Defining civic spaces with groups of buildings designed by different architects at unpredictable intervals over a long period of time is a central task for the urban designer. As designers have rediscovered the importance of civic spaces, they have also discovered the devices used in the past to pull such places together: the guidelines of Baron Haussmann in Paris, those for the Back Bay in Boston, and the more abstract, form-based street walls and setbacks of New York City’s original 1916 zoning code. These elements of civic design derive from the classical tradition, but they are abstract enough to be incorporated into zoning codes. Zoning codes always determine city form, but the modern codes that came into use in the 1960s introduced floor area ratios as the basic bulk control, making the shape of buildings an often unanticipated by-product. Writing the preferred location and shape of buildings into codes makes them a major tool for realizing urban design concepts. Beginning with New York City’s special zoning districts in the 1960s, the design guidelines for Battery Park City in the late 1970s, and the “regulating plans” used at Seaside and other master-planned communities in the 1980s, “form-based coding” is now finding its way into zoning ordinances in such places as Louisville, Nashville, Miami-Dade County, and St. Paul.

Using zoning to implement urban design was discussed by Frederick Adams at the Harvard conference, but he assumed that requiring good design meant wide administrative discretion, and he expressed himself as doubtful that public officials would ever be permitted to exercise this kind of subjective control. Adams’s skepticism was justified, but he underestimated the ability of designers to identify the salient characteristics of good civic design and express them in ways compatible with zoning. Writing and administering codes is becoming another way for designers to gain a seat at the decision-making table.

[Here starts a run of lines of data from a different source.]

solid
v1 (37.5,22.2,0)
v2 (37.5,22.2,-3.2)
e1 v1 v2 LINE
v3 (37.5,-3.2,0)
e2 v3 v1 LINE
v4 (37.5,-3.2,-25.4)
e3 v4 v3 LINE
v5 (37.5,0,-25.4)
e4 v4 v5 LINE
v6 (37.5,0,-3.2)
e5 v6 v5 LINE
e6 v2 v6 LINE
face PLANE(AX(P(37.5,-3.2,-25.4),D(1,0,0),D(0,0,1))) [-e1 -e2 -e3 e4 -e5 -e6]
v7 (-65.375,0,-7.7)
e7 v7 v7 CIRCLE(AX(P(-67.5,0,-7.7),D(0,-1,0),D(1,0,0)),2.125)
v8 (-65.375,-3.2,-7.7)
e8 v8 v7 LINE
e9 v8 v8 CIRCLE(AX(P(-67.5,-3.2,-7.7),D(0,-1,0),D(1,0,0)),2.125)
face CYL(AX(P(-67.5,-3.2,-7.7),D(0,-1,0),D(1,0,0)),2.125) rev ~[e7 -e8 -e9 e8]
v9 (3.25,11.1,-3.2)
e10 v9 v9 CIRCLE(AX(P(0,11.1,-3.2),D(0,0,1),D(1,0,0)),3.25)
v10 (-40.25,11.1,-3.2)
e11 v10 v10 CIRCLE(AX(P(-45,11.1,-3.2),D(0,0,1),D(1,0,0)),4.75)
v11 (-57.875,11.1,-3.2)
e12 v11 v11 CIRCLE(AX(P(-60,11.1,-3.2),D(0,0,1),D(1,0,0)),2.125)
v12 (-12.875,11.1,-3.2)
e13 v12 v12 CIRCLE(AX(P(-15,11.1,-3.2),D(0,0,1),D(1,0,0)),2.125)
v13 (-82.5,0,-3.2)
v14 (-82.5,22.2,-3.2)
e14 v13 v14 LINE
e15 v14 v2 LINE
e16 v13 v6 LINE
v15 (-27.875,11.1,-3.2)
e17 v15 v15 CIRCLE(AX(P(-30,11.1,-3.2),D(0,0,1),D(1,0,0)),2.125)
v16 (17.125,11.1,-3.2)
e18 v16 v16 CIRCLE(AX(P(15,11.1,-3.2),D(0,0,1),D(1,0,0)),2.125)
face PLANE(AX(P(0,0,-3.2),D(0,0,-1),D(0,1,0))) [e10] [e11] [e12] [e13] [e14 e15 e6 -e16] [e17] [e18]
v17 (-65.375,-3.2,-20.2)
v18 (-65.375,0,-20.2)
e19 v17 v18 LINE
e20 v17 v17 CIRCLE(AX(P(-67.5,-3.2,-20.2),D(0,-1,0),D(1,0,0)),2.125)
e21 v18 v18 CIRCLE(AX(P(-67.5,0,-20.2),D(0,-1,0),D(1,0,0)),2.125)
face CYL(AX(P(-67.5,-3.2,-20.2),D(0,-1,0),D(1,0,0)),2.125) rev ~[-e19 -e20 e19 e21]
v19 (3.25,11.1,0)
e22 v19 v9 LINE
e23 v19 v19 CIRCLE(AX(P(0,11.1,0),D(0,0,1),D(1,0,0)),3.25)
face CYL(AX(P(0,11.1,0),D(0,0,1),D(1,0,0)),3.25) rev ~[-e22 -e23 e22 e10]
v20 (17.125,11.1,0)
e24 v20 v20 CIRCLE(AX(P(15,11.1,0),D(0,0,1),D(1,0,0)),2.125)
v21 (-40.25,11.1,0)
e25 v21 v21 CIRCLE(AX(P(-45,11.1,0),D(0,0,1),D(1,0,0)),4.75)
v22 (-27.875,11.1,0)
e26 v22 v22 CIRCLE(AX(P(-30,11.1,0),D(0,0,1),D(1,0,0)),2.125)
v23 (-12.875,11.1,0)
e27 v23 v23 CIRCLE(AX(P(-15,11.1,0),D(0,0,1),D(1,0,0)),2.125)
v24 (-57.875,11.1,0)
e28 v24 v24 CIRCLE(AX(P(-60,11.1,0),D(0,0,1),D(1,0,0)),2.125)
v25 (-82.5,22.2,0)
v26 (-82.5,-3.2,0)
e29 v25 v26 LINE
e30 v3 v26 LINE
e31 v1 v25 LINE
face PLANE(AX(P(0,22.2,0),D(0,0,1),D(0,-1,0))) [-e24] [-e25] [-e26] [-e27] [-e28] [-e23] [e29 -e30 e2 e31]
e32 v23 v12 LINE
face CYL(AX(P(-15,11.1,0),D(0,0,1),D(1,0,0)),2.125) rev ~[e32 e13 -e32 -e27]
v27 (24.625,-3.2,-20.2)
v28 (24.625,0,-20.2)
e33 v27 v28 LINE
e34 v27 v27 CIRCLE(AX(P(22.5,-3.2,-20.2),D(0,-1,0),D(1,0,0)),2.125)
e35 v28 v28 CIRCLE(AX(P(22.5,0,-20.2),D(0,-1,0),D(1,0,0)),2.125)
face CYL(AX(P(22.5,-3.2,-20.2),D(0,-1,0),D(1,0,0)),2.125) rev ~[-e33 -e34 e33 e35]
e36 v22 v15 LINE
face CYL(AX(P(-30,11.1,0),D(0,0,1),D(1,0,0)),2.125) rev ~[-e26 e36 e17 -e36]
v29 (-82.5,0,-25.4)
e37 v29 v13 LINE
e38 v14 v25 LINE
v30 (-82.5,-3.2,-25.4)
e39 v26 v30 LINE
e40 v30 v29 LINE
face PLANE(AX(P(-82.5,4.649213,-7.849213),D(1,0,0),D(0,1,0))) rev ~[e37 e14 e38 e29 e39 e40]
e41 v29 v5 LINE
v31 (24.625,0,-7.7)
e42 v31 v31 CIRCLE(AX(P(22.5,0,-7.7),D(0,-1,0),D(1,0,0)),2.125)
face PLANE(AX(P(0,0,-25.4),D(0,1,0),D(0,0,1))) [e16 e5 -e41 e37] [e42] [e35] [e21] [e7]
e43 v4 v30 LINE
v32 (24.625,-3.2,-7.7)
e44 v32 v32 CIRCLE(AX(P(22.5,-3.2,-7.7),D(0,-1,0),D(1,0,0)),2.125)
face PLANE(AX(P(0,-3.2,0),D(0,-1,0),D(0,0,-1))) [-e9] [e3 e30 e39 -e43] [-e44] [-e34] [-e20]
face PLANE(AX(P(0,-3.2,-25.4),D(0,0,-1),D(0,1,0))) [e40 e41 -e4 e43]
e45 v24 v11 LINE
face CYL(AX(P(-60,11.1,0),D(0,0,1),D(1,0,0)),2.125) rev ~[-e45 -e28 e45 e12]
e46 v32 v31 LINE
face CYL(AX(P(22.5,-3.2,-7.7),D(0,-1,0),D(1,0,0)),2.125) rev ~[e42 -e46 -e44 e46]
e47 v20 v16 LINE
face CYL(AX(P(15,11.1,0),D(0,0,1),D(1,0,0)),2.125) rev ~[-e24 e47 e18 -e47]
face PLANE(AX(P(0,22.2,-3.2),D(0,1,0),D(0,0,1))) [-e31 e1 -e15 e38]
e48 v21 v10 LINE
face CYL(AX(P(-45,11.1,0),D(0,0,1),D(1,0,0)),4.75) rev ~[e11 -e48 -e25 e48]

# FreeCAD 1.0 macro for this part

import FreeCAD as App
import Part
import Sketcher

V = App.Vector

doc = App.newDocument("Part")
params = doc.addObject("Spreadsheet::Sheet", "Params")
for row, (alias, value) in enumerate([
    ("sketch1_width", "3.2 mm"),
    ("sketch1_width2", "22.2 mm"),
    ("pad1_length", "165 mm"),
    ("sketch2_diameter", "4.25 mm"),
    ("sketch2_width", "45 mm"),
    ("sketch2_height", "25.4 mm"),
    ("sketch3_diameter", "6.5 mm"),
    ("sketch3_diameter2", "9.5 mm"),
    ("sketch3_diameter3", "4.25 mm"),
    ("pocket2_length", "5 mm"),
], start=1):
    params.set(f"A{row}", alias)
    params.set(f"B{row}", "=" + value)
    params.setAlias(f"B{row}", alias)

body = doc.addObject("PartDesign::Body", "Body")

# Sketch on YZ plane
sketch1 = body.newObject("Sketcher::SketchObject", "Sketch")
sketch1.AttachmentSupport = (doc.getObject("YZ_Plane"), [""])
sketch1.MapMode = "FlatFace"
sketch1.addGeometry(Part.LineSegment(V(-3.2, -25.4, 0), V(0, -25.4, 0)), False)
sketch1.addGeometry(Part.LineSegment(V(0, -25.4, 0), V(0, -3.2, 0)), False)
sketch1.addGeometry(Part.LineSegment(V(0, -3.2, 0), V(22.2, -3.2, 0)), False)
sketch1.addGeometry(Part.LineSegment(V(22.2, -3.2, 0), V(22.2, 0, 0)), False)
sketch1.addGeometry(Part.LineSegment(V(22.2, 0, 0), V(-3.2, 0, 0)), False)
sketch1.addGeometry(Part.LineSegment(V(-3.2, 0, 0), V(-3.2, -25.4, 0)), False)
sketch1.addConstraint(Sketcher.Constraint("Coincident", 0, 2, 1, 1))
sketch1.addConstraint(Sketcher.Constraint("Coincident", 1, 2, 2, 1))
sketch1.addConstraint(Sketcher.Constraint("Coincident", 2, 2, 3, 1))
sketch1.addConstraint(Sketcher.Constraint("Coincident", 3, 2, 4, 1))
sketch1.addConstraint(Sketcher.Constraint("Coincident", 4, 2, 5, 1))
sketch1.addConstraint(Sketcher.Constraint("Coincident", 5, 2, 0, 1))
sketch1.addConstraint(Sketcher.Constraint("Horizontal", 0))
sketch1.addConstraint(Sketcher.Constraint("Vertical", 1))
sketch1.addConstraint(Sketcher.Constraint("Horizontal", 2))
sketch1.addConstraint(Sketcher.Constraint("Vertical", 3))
sketch1.addConstraint(Sketcher.Constraint("Horizontal", 4))
sketch1.addConstraint(Sketcher.Constraint("Vertical", 5))
sketch1.addConstraint(Sketcher.Constraint("PointOnObject", 0, 2, -2))
sketch1.addConstraint(Sketcher.Constraint("PointOnObject", 3, 2, -1))
sketch1.addConstraint(Sketcher.Constraint("Equal", 2, 1))
sketch1.addConstraint(Sketcher.Constraint("Equal", 0, 3))
sketch1.addConstraint(Sketcher.Constraint("DistanceX", 0, 1, 0, 2, 3.2))
sketch1.addConstraint(Sketcher.Constraint("DistanceX", 2, 1, 2, 2, 22.2))
sketch1.setExpression("Constraints[16]", "Params.sketch1_width")
sketch1.setExpression("Constraints[17]", "Params.sketch1_width2")
pad1 = body.newObject("PartDesign::Pad", "Pad")
pad1.Profile = sketch1
pad1.setExpression("Length", "Params.pad1_length")
pad1.Midplane = True

# Sketch on XZ plane
sketch2 = body.newObject("Sketcher::SketchObject", "Sketch001")
sketch2.AttachmentSupport = (doc.getObject("XZ_Plane"), [""])
sketch2.MapMode = "FlatFace"
sketch2.AttachmentOffset = App.Placement(V(0, 0, 3.2), App.Rotation())
sketch2.addGeometry(Part.Circle(V(-67.5, -20.2, 0), V(0, 0, 1), 2.1), False)
sketch2.addGeometry(Part.Circle(V(-67.5, -7.7, 0), V(0, 0, 1), 2.1), False)
sketch2.addGeometry(Part.Circle(V(22.5, -7.7, 0), V(0, 0, 1), 2.1), False)
sketch2.addGeometry(Part.Circle(V(22.5, -20.2, 0), V(0, 0, 1), 2.1), False)
sketch2.addGeometry(Part.LineSegment(V(37.5, 0, 0), V(37.5, -25.4, 0)), False)
sketch2.addGeometry(Part.LineSegment(V(37.5, -25.4, 0), V(82.5, -25.4, 0)), False)
sketch2.addGeometry(Part.LineSegment(V(82.5, -25.4, 0), V(82.5, 0, 0)), False)
sketch2.addGeometry(Part.LineSegment(V(82.5, 0, 0), V(37.5, 0, 0)), False)
sketch2.addConstraint(Sketcher.Constraint("Coincident", 4, 2, 5, 1))
sketch2.addConstraint(Sketcher.Constraint("Coincident", 5, 2, 6, 1))
sketch2.addConstraint(Sketcher.Constraint("Coincident", 6, 2, 7, 1))
sketch2.addConstraint(Sketcher.Constraint("Coincident", 7, 2, 4, 1))
sketch2.addConstraint(Sketcher.Constraint("Vertical", 4))
sketch2.addConstraint(Sketcher.Constraint("Horizontal", 5))
sketch2.addConstraint(Sketcher.Constraint("Vertical", 6))
sketch2.addConstraint(Sketcher.Constraint("Horizontal", 7))
sketch2.addConstraint(Sketcher.Constraint("Equal", 0, 1))
sketch2.addConstraint(Sketcher.Constraint("Equal", 1, 2))
sketch2.addConstraint(Sketcher.Constraint("Equal", 2, 3))
sketch2.addConstraint(Sketcher.Constraint("PointOnObject", 6, 2, -1))
sketch2.addConstraint(Sketcher.Constraint("Horizontal", 1, 3, 2, 3))
sketch2.addConstraint(Sketcher.Constraint("Horizontal", 0, 3, 3, 3))
sketch2.addConstraint(Sketcher.Constraint("Vertical", 0, 3, 1, 3))
sketch2.addConstraint(Sketcher.Constraint("Vertical", 2, 3, 3, 3))
sketch2.addConstraint(Sketcher.Constraint("Diameter", 0, 4.25))
sketch2.addConstraint(Sketcher.Constraint("DistanceX", 5, 1, 5, 2, 45.0))
sketch2.addConstraint(Sketcher.Constraint("DistanceY", 4, 2, 4, 1, 25.4))
sketch2.addConstraint(Sketcher.Constraint("DistanceX", 1, 3, 2, 3, 90.0))
sketch2.addConstraint(Sketcher.Constraint("DistanceX", 3, 3, 4, 2, 15.0))
sketch2.addConstraint(Sketcher.Constraint("DistanceX", 0, 3, -1, 1, 67.5))
sketch2.addConstraint(Sketcher.Constraint("DistanceY", 0, 3, -1, 1, 20.2))
sketch2.addConstraint(Sketcher.Constraint("DistanceY", 1, 3, -1, 1, 7.7))
sketch2.setExpression("Constraints[16]", "Params.sketch2_diameter")
sketch2.setExpression("Constraints[17]", "Params.sketch2_width")
sketch2.setExpression("Constraints[18]", "Params.sketch2_height")
pocket1 = body.newObject("PartDesign::Pocket", "Pocket")
pocket1.Profile = sketch2
pocket1.Type = "ThroughAll"

# Sketch on XY plane
sketch3 = body.newObject("Sketcher::SketchObject", "Sketch002")
sketch3.AttachmentSupport = (doc.getObject("XY_Plane"), [""])
sketch3.MapMode = "FlatFace"
sketch3.addGeometry(Part.Circle(V(0, 11.1, 0), V(0, 0, 1), 3.2), False)
sketch3.addGeometry(Part.Circle(V(-45, 11.1, 0), V(0, 0, 1), 4.8), False)
sketch3.addGeometry(Part.Circle(V(-60, 11.1, 0), V(0, 0, 1), 2.1), False)
sketch3.addGeometry(Part.Circle(V(-30, 11.1, 0), V(0, 0, 1), 2.1), False)
sketch3.addGeometry(Part.Circle(V(-15, 11.1, 0), V(0, 0, 1), 2.1), False)
sketch3.addGeometry(Part.Circle(V(15, 11.1, 0), V(0, 0, 1), 2.1), False)
sketch3.addConstraint(Sketcher.Constraint("Equal", 2, 3))
sketch3.addConstraint(Sketcher.Constraint("Equal", 3, 4))
sketch3.addConstraint(Sketcher.Constraint("Equal", 4, 5))
sketch3.addConstraint(Sketcher.Constraint("Symmetric", 4, 3, 5, 3, -2))
sketch3.addConstraint(Sketcher.Constraint("PointOnObject", 0, 3, -2))
sketch3.addConstraint(Sketcher.Constraint("Horizontal", 0, 3, 1, 3))
sketch3.addConstraint(Sketcher.Constraint("Horizontal", 1, 3, 2, 3))
sketch3.addConstraint(Sketcher.Constraint("Horizontal", 2, 3, 3, 3))
sketch3.addConstraint(Sketcher.Constraint("Horizontal", 3, 3, 4, 3))
sketch3.addConstraint(Sketcher.Constraint("Diameter", 0, 6.5))
sketch3.addConstraint(Sketcher.Constraint("Diameter", 1, 9.5))
sketch3.addConstraint(Sketcher.Constraint("Diameter", 2, 4.25))
sketch3.addConstraint(Sketcher.Constraint("DistanceX", 1, 3, -1, 1, 45.0))
sketch3.addConstraint(Sketcher.Constraint("DistanceX", 2, 3, -1, 1, 60.0))
sketch3.addConstraint(Sketcher.Constraint("DistanceX", 3, 3, -1, 1, 30.0))
sketch3.addConstraint(Sketcher.Constraint("DistanceX", 4, 3, -1, 1, 15.0))
sketch3.addConstraint(Sketcher.Constraint("DistanceY", -1, 1, 0, 3, 11.1))
sketch3.setExpression("Constraints[9]", "Params.sketch3_diameter")
sketch3.setExpression("Constraints[10]", "Params.sketch3_diameter2")
sketch3.setExpression("Constraints[11]", "Params.sketch3_diameter3")
pocket2 = body.newObject("PartDesign::Pocket", "Pocket001")
pocket2.Profile = sketch3
pocket2.setExpression("Length", "Params.pocket2_length")

doc.recompute()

Urban Design to Support Social Interaction

Neighborhood planning, as defined by Clarence Perry and others in the 1920s and 1930s, was rediscovered first in the 1960s as an antidote to urban renewal or, to repeat the Lewis Mumford quotation, “the absolute folly of creating a physical structure at the price of destroying the intimate social structure of a community’s life.” Once planners and architects started listening to communities and planning with them, they began designing buildings and spaces to fit into existing neighborhoods rather than replace them. Neighborhood planning was rediscovered again in the 1980s as an antidote to large tracts of suburban houses, all the same size on the same-sized lots, completely segregated from stores and work places. The creation in newly developed areas of compact, walkable neighborhoods with a mix of different house-types and some stores and civic buildings replicates traditional patterns in cities and suburbs before the Second World War. Some designers are also attempting to replicate pre-Second World War neighborhood architecture (no architectural historian would be fooled for a minute), but doing so is not necessary to the concept of neighborhood design and is likely to be a transitional phase. Helping developers create new places friendly to the social interactions that make up a neighborhood and helping cities preserve and restore older neighborhoods and historic districts have turned out to be major activities for urban designers, another place where design has become a significant part of the decisions that shape urban and suburban development.

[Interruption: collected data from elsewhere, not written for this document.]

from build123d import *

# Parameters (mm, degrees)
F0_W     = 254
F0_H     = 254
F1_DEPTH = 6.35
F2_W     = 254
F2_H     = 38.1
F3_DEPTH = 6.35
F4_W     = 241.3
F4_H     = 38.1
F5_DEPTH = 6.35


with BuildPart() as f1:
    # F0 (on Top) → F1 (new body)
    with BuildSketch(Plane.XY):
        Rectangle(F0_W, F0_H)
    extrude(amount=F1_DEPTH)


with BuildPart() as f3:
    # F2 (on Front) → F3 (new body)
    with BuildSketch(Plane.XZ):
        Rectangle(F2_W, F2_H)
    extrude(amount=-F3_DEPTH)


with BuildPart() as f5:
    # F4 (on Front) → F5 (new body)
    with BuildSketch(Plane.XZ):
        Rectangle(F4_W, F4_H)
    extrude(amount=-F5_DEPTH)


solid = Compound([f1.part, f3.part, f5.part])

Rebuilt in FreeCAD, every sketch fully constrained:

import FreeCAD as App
import Part
import Sketcher

V = App.Vector
Q = App.Units.Quantity


def add_polygon(sketch, points):
    """Adds a closed chain of lines whose ends are joined by coincident constraints."""
    first, n = sketch.GeometryCount, len(points)
    for a, b in zip(points, points[1:] + points[:1]):
        sketch.addGeometry(Part.LineSegment(App.Vector(*a, 0), App.Vector(*b, 0)), False)
    for i in range(n):
        sketch.addConstraint(Sketcher.Constraint("Coincident", first + i, 2, first + (i + 1) % n, 1))

doc = App.newDocument("Part")
params = doc.addObject("Spreadsheet::Sheet", "Params")
for row, (alias, value) in enumerate([
    ("sketch1_width", "10 in"),
    ("pad1_length", "0.25 in"),
    ("sketch2_width", "10 in"),
    ("sketch2_height", "1.5 in"),
    ("pad2_length", "0.25 in"),
    ("sketch3_width", "9.5 in"),
    ("sketch3_height", "1.5 in"),
    ("pad3_length", "0.25 in"),
], start=1):
    params.set(f"A{row}", alias)
    params.set(f"B{row}", "=" + value)
    params.setAlias(f"B{row}", alias)

body = doc.addObject("PartDesign::Body", "Body")

# Sketch on XY plane
sketch1 = body.newObject("Sketcher::SketchObject", "Sketch")
sketch1.AttachmentSupport = (doc.getObject("XY_Plane"), [""])
sketch1.MapMode = "FlatFace"
add_polygon(sketch1, [(-127, 127), (-127, -127), (127, -127), (127, 127)])  # lines 0-3
sketch1.addConstraint([
    Sketcher.Constraint("Vertical", 0),
    Sketcher.Constraint("Horizontal", 1),
    Sketcher.Constraint("Vertical", 2),
    Sketcher.Constraint("Horizontal", 3),
    Sketcher.Constraint("Symmetric", 0, 2, 2, 2, -1, 1),
    Sketcher.Constraint("Equal", 3, 0),
    Sketcher.Constraint("DistanceX", 1, 1, 1, 2, Q("10 in")),
])
sketch1.setExpression("Constraints[10]", "Params.sketch1_width")
pad1 = body.newObject("PartDesign::Pad", "Pad")
pad1.Profile = sketch1
pad1.setExpression("Length", "Params.pad1_length")
body2 = doc.addObject("PartDesign::Body", "Body001")

# Sketch on XZ plane
sketch2 = body2.newObject("Sketcher::SketchObject", "Sketch001")
sketch2.AttachmentSupport = (doc.getObject("XZ_Plane001"), [""])
sketch2.MapMode = "FlatFace"
add_polygon(sketch2, [(-127, 19.05), (-127, -19.05), (127, -19.05), (127, 19.05)])  # lines 0-3
sketch2.addConstraint([
    Sketcher.Constraint("Vertical", 0),
    Sketcher.Constraint("Horizontal", 1),
    Sketcher.Constraint("Vertical", 2),
    Sketcher.Constraint("Horizontal", 3),
    Sketcher.Constraint("Symmetric", 0, 2, 2, 2, -1, 1),
    Sketcher.Constraint("DistanceX", 1, 1, 1, 2, Q("10 in")),
    Sketcher.Constraint("DistanceY", 0, 2, 0, 1, Q("1.5 in")),
])
sketch2.setExpression("Constraints[9]", "Params.sketch2_width")
sketch2.setExpression("Constraints[10]", "Params.sketch2_height")
pad2 = body2.newObject("PartDesign::Pad", "Pad001")
pad2.Profile = sketch2
pad2.setExpression("Length", "Params.pad2_length")
pad2.Reversed = True
body3 = doc.addObject("PartDesign::Body", "Body002")

# Sketch on XZ plane
sketch3 = body3.newObject("Sketcher::SketchObject", "Sketch002")
sketch3.AttachmentSupport = (doc.getObject("XZ_Plane002"), [""])
sketch3.MapMode = "FlatFace"
add_polygon(sketch3, [(-120.65, 19.05), (-120.65, -19.05), (120.65, -19.05), (120.65, 19.05)])  # lines 0-3
sketch3.addConstraint([
    Sketcher.Constraint("Vertical", 0),
    Sketcher.Constraint("Horizontal", 1),
    Sketcher.Constraint("Vertical", 2),
    Sketcher.Constraint("Horizontal", 3),
    Sketcher.Constraint("Symmetric", 0, 2, 2, 2, -1, 1),
    Sketcher.Constraint("DistanceX", 1, 1, 1, 2, Q("9.5 in")),
    Sketcher.Constraint("DistanceY", 0, 2, 0, 1, Q("1.5 in")),
])
sketch3.setExpression("Constraints[9]", "Params.sketch3_width")
sketch3.setExpression("Constraints[10]", "Params.sketch3_height")
pad3 = body3.newObject("PartDesign::Pad", "Pad002")
pad3.Profile = sketch3
pad3.setExpression("Length", "Params.pad3_length")
pad3.Reversed = True

doc.recompute()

The sponsors and participants of the Harvard conference undoubtedly agreed on the importance of neighborhoods, a principle accepted by CIAM and seen in the work of even such an iconoclast as Le Corbusier. But the speakers, including Jane Jacobs, don’t seem to have perceived the neighborhood as an element shared by city and suburb, and thus a basic unit of the multi-centered modern metropolis. Instead they described city and suburb as at war with each other, and the suburb as the city gone wrong. 

When they spoke, Jean Gottmann was beginning the research that he published in 1961 as Megalopolis, a book that demonstrated that formerly separate cities were growing together into conglomerations that extended over big geographic areas. He helped change everyone’s understanding of the modern city. In 1956 downtowns were still found only in the historic centers of big cities or suburban towns. Today a mixed-use town center is a real estate concept that might be attempted in many kinds of places. Office buildings and other urban elements that used to be found exclusively downtown can be scattered over the landscape, forming what have been called “edgeless cities.” Today’s city is a complex metropolitan organism still in the process of formation, and guiding its development is the principal challenge for urban designers. 

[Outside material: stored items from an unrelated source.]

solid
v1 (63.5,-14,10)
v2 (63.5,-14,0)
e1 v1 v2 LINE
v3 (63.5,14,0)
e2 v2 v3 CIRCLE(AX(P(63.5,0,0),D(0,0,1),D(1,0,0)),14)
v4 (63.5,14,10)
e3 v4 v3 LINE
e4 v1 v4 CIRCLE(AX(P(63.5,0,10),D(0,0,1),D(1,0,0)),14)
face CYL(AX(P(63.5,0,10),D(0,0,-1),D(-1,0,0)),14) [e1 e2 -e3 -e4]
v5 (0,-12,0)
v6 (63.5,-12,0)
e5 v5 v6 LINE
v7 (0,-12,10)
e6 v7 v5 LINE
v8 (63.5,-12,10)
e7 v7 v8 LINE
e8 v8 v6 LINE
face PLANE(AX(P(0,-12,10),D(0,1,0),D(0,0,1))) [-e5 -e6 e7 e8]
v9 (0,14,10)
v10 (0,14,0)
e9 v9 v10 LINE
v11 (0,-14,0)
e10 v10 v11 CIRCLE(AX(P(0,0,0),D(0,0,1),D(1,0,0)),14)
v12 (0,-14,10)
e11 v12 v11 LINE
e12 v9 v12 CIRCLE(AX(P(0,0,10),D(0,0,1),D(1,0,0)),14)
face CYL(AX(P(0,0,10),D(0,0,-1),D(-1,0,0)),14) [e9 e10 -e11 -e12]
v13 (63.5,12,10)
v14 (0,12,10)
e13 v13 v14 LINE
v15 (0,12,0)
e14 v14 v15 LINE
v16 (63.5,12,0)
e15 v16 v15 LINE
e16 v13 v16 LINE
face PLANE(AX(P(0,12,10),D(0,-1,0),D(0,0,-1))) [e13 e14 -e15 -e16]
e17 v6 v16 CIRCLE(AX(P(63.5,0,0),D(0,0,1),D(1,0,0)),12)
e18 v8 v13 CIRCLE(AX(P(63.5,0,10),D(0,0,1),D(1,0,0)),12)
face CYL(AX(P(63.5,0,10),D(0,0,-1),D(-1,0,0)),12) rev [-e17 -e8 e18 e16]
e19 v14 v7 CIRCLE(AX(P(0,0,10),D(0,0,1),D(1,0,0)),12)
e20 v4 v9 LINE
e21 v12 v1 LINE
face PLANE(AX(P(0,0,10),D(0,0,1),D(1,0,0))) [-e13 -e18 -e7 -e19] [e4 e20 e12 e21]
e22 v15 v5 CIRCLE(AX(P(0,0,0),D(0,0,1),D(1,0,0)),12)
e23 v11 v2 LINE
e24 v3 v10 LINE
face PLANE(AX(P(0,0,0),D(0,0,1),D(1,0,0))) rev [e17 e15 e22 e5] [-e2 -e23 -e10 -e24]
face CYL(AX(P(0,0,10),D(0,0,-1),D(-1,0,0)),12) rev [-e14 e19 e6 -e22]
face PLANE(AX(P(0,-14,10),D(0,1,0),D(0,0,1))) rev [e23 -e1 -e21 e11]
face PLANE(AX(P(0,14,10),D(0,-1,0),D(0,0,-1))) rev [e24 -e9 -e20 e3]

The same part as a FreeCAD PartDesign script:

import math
import FreeCAD as App
import Part
import Sketcher

V = App.Vector
Q = App.Units.Quantity

doc = App.newDocument("Part")
body = doc.addObject("PartDesign::Body", "Body")

# Sketch on XY plane
sketch1 = body.newObject("Sketcher::SketchObject", "Sketch")
sketch1.AttachmentSupport = (doc.getObject("XY_Plane"), [""])
sketch1.MapMode = "FlatFace"
sketch1.addGeometry([
    Part.LineSegment(V(64, 14, 0), V(0, 14, 0)),  # 0
    Part.ArcOfCircle(Part.Circle(V(0, 0, 0), V(0, 0, 1), 14), math.radians(90), math.radians(270)),  # 1
    Part.LineSegment(V(0, -14, 0), V(64, -14, 0)),  # 2
    Part.ArcOfCircle(Part.Circle(V(64, 0, 0), V(0, 0, 1), 14), math.radians(-90), math.radians(90)),  # 3
    Part.LineSegment(V(0, 12, 0), V(64, 12, 0)),  # 4
    Part.ArcOfCircle(Part.Circle(V(64, 0, 0), V(0, 0, 1), 12), math.radians(-90), math.radians(90)),  # 5
    Part.LineSegment(V(64, -12, 0), V(0, -12, 0)),  # 6
    Part.ArcOfCircle(Part.Circle(V(0, 0, 0), V(0, 0, 1), 12), math.radians(90), math.radians(270)),  # 7
], False)
sketch1.addConstraint([
    Sketcher.Constraint("Tangent", 0, 2, 1, 1),
    Sketcher.Constraint("Tangent", 1, 2, 2, 1),
    Sketcher.Constraint("Tangent", 2, 2, 3, 1),
    Sketcher.Constraint("Tangent", 3, 2, 0, 1),
    Sketcher.Constraint("Tangent", 4, 2, 5, 2),
    Sketcher.Constraint("Tangent", 5, 1, 6, 1),
    Sketcher.Constraint("Tangent", 6, 2, 7, 2),
    Sketcher.Constraint("Tangent", 7, 1, 4, 1),
    Sketcher.Constraint("Horizontal", 0),
    Sketcher.Constraint("Horizontal", 2),
    Sketcher.Constraint("Horizontal", 4),
    Sketcher.Constraint("Horizontal", 6),
    Sketcher.Constraint("Coincident", 1, 3, -1, 1),
    Sketcher.Constraint("Coincident", 7, 3, -1, 1),
    Sketcher.Constraint("Vertical", 5, 3, 2, 2),
    Sketcher.Constraint("Radius", 1, Q("14 mm")),
    Sketcher.Constraint("Radius", 5, Q("12 mm")),
    Sketcher.Constraint("DistanceX", 0, 2, 0, 1, Q("63.5 mm")),
])
pad1 = body.newObject("PartDesign::Pad", "Pad")
pad1.Profile = sketch1
pad1.Length = 10

doc.recompute()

José Luis Sert and most of the speakers at Harvard in 1956 would be pleased to see that today hundreds of architecture, landscape architecture, and planning firms offer urban design services as a significant part of their professional practice and that many urban design concepts have actually been implemented. However, they would look at today’s rapidly urbanizing world and tell us that there has also been a big increase in the kinds of problems urban designers need to solve. Experts tell us that the world’s population will have stabilized at about ten billion people in the next fifty years. If we are spared world-wide war, famine, and plague, the correctives for over-population that the Reverend Thomas Malthus predicted, perhaps people will then be able to perfect the built environment and its relationship to nature. Let us hope that there will be a collection of essays like this one published fifty years from now.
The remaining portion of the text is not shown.